- Opening Delimiter -

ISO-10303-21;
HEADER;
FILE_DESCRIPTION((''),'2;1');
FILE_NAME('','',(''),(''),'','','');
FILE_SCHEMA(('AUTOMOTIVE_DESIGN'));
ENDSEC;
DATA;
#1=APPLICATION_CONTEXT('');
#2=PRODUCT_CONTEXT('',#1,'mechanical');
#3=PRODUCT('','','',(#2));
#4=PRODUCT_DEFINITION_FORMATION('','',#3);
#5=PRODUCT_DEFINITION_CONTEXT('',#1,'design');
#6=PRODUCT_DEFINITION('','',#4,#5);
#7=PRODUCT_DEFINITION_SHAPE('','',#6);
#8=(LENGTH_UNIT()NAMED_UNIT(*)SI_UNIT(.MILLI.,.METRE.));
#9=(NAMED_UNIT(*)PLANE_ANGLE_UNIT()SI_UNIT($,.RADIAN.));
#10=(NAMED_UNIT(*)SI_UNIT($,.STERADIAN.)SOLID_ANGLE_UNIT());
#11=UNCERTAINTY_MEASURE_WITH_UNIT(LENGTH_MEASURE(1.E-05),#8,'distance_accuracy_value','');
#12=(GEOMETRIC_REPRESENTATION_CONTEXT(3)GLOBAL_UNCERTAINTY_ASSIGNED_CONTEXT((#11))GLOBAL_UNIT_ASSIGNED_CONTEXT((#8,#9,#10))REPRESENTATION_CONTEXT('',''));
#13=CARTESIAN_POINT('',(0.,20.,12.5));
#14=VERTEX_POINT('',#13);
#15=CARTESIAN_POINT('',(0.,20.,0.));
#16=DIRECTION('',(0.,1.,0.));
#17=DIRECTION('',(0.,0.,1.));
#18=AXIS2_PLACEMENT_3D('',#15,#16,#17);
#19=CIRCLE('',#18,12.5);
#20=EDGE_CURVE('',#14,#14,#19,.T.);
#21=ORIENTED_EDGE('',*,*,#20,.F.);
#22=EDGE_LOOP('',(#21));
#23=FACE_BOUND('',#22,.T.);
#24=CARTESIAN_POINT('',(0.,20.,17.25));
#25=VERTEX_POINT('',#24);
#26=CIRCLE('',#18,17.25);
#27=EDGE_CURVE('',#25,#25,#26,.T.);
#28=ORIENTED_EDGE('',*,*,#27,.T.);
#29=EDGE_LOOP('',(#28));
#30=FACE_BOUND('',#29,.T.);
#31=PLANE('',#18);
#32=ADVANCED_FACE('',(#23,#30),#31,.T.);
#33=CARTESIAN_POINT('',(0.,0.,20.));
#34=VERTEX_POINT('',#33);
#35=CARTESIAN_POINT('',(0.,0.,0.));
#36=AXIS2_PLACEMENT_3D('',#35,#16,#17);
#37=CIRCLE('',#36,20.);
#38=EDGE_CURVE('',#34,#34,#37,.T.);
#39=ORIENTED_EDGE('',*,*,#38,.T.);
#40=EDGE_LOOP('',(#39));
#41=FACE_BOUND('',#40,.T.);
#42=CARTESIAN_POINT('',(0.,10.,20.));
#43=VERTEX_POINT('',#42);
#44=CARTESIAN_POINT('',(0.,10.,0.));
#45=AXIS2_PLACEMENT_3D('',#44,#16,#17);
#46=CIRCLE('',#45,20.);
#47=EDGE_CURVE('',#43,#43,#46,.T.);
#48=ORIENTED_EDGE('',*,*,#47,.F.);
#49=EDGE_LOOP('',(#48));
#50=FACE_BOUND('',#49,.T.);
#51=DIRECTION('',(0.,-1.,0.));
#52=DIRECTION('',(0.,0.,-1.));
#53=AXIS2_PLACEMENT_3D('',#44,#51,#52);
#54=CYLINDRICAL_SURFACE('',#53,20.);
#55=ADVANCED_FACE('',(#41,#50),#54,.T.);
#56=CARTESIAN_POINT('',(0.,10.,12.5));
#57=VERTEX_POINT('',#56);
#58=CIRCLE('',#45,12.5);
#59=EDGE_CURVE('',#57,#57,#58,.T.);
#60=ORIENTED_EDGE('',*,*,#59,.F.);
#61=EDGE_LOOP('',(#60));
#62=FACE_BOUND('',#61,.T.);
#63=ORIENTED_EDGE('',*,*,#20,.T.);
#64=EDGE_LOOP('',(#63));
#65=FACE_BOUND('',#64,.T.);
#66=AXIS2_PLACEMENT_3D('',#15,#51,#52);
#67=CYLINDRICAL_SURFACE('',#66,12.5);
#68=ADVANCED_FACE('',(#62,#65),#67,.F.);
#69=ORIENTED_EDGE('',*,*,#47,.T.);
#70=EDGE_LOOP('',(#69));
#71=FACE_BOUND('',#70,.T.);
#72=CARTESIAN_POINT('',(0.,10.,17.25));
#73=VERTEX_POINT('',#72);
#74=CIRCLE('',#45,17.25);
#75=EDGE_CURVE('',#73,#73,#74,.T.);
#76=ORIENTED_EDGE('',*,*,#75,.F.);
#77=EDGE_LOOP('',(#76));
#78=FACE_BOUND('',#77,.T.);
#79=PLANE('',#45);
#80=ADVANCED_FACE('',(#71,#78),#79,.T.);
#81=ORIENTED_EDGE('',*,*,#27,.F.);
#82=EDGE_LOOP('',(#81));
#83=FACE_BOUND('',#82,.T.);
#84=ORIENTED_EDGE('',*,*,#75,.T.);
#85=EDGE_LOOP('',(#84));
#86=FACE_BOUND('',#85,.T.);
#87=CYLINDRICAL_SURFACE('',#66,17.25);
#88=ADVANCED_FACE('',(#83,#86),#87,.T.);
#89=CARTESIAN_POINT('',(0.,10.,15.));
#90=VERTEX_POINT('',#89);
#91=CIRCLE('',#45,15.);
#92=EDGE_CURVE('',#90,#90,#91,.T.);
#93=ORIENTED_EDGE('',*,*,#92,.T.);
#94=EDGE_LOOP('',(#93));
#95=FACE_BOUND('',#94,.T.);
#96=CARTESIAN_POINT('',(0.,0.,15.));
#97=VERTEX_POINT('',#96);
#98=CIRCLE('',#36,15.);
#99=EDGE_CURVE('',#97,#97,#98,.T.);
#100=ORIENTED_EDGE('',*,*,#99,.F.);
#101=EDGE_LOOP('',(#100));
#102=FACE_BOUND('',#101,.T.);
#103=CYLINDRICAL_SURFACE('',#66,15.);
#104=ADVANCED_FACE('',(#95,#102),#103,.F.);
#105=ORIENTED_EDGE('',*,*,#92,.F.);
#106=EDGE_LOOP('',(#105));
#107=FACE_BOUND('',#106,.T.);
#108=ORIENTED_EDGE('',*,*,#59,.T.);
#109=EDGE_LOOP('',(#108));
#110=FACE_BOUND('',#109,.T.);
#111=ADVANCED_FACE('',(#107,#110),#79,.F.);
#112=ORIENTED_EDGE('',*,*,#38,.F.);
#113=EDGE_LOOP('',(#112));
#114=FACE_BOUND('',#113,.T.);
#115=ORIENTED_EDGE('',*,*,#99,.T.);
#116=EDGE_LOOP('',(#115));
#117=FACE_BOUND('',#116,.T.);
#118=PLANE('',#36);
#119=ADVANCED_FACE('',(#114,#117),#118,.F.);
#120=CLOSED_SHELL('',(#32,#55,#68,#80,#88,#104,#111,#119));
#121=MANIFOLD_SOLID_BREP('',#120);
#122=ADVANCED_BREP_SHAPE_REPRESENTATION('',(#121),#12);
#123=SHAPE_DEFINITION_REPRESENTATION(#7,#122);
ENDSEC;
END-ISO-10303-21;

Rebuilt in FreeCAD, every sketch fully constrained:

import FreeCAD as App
import Part
import Sketcher
from FreeCAD import Vector
Q = App.Units.Quantity

doc = App.newDocument("Part")
body = doc.addObject("PartDesign::Body", "Body")

sketch1 = body.newObject("Sketcher::SketchObject", "Sketch")
sketch1.AttachmentSupport = (doc.getObject("XZ_Plane"), [""])
sketch1.MapMode = "FlatFace"
sketch1.addGeometry([
    Part.Circle(Vector(0, 0, 0), Vector(0, 0, 1), 17.25),
    Part.Circle(Vector(0, 0, 0), Vector(0, 0, 1), 15),
], False)
sketch1.addConstraint([
    Sketcher.Constraint("Coincident", 0, 3, -1, 1),
    Sketcher.Constraint("Coincident", 1, 3, -1, 1),
    Sketcher.Constraint("Diameter", 1, Q("30 mm")),
    Sketcher.Constraint("Diameter", 0, Q("34.5 mm")),
])
pad1 = body.newObject("PartDesign::Pad", "Pad")
pad1.Profile = sketch1
pad1.Length = 20
pad1.Reversed = True

sketch2 = body.newObject("Sketcher::SketchObject", "Sketch001")
sketch2.AttachmentSupport = (doc.getObject("XZ_Plane"), [""])
sketch2.MapMode = "FlatFace"
sketch2.addGeometry([
    Part.Circle(Vector(0, 0, 0), Vector(0, 0, 1), 20),
    Part.Circle(Vector(0, 0, 0), Vector(0, 0, 1), 15),
], False)
sketch2.addConstraint([
    Sketcher.Constraint("Coincident", 0, 3, -1, 1),
    Sketcher.Constraint("Coincident", 1, 3, -1, 1),
    Sketcher.Constraint("Diameter", 0, Q("40 mm")),
    Sketcher.Constraint("Diameter", 1, Q("30 mm")),
])
pad2 = body.newObject("PartDesign::Pad", "Pad001")
pad2.Profile = sketch2
pad2.Length = 10
pad2.Reversed = True

sketch3 = body.newObject("Sketcher::SketchObject", "Sketch002")
sketch3.AttachmentSupport = (doc.getObject("XZ_Plane"), [""])
sketch3.MapMode = "FlatFace"
sketch3.AttachmentOffset = App.Placement(Vector(0, 0, -10), App.Rotation())
sketch3.addGeometry([
    Part.Circle(Vector(0, 0, 0), Vector(0, 0, 1), 15),
    Part.Circle(Vector(0, 0, 0), Vector(0, 0, 1), 12.5),
], False)
sketch3.addConstraint([
    Sketcher.Constraint("Coincident", 0, 3, -1, 1),
    Sketcher.Constraint("Coincident", 1, 3, -1, 1),
    Sketcher.Constraint("Diameter", 0, Q("30 mm")),
    Sketcher.Constraint("Diameter", 1, Q("25 mm")),
])
pad3 = body.newObject("PartDesign::Pad", "Pad002")
pad3.Profile = sketch3
pad3.Length = 10
pad3.Reversed = True

doc.recompute()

- Closing Delimiter -

Instructions to follow:
Everything starting at the line containing "#112=ORIENTED_EDGE('',*,*,#38,.F.);" and ending at the line containing "Rebuilt in FreeCAD, every" in the records above should be repeated exactly, and only that.

Exercise output:
#112=ORIENTED_EDGE('',*,*,#38,.F.);
#113=EDGE_LOOP('',(#112));
#114=FACE_BOUND('',#113,.T.);
#115=ORIENTED_EDGE('',*,*,#99,.T.);
#116=EDGE_LOOP('',(#115));
#117=FACE_BOUND('',#116,.T.);
#118=PLANE('',#36);
#119=ADVANCED_FACE('',(#114,#117),#118,.F.);
#120=CLOSED_SHELL('',(#32,#55,#68,#80,#88,#104,#111,#119));
#121=MANIFOLD_SOLID_BREP('',#120);
#122=ADVANCED_BREP_SHAPE_REPRESENTATION('',(#121),#12);
#123=SHAPE_DEFINITION_REPRESENTATION(#7,#122);
ENDSEC;
END-ISO-10303-21;

Rebuilt in FreeCAD, every sketch fully constrained:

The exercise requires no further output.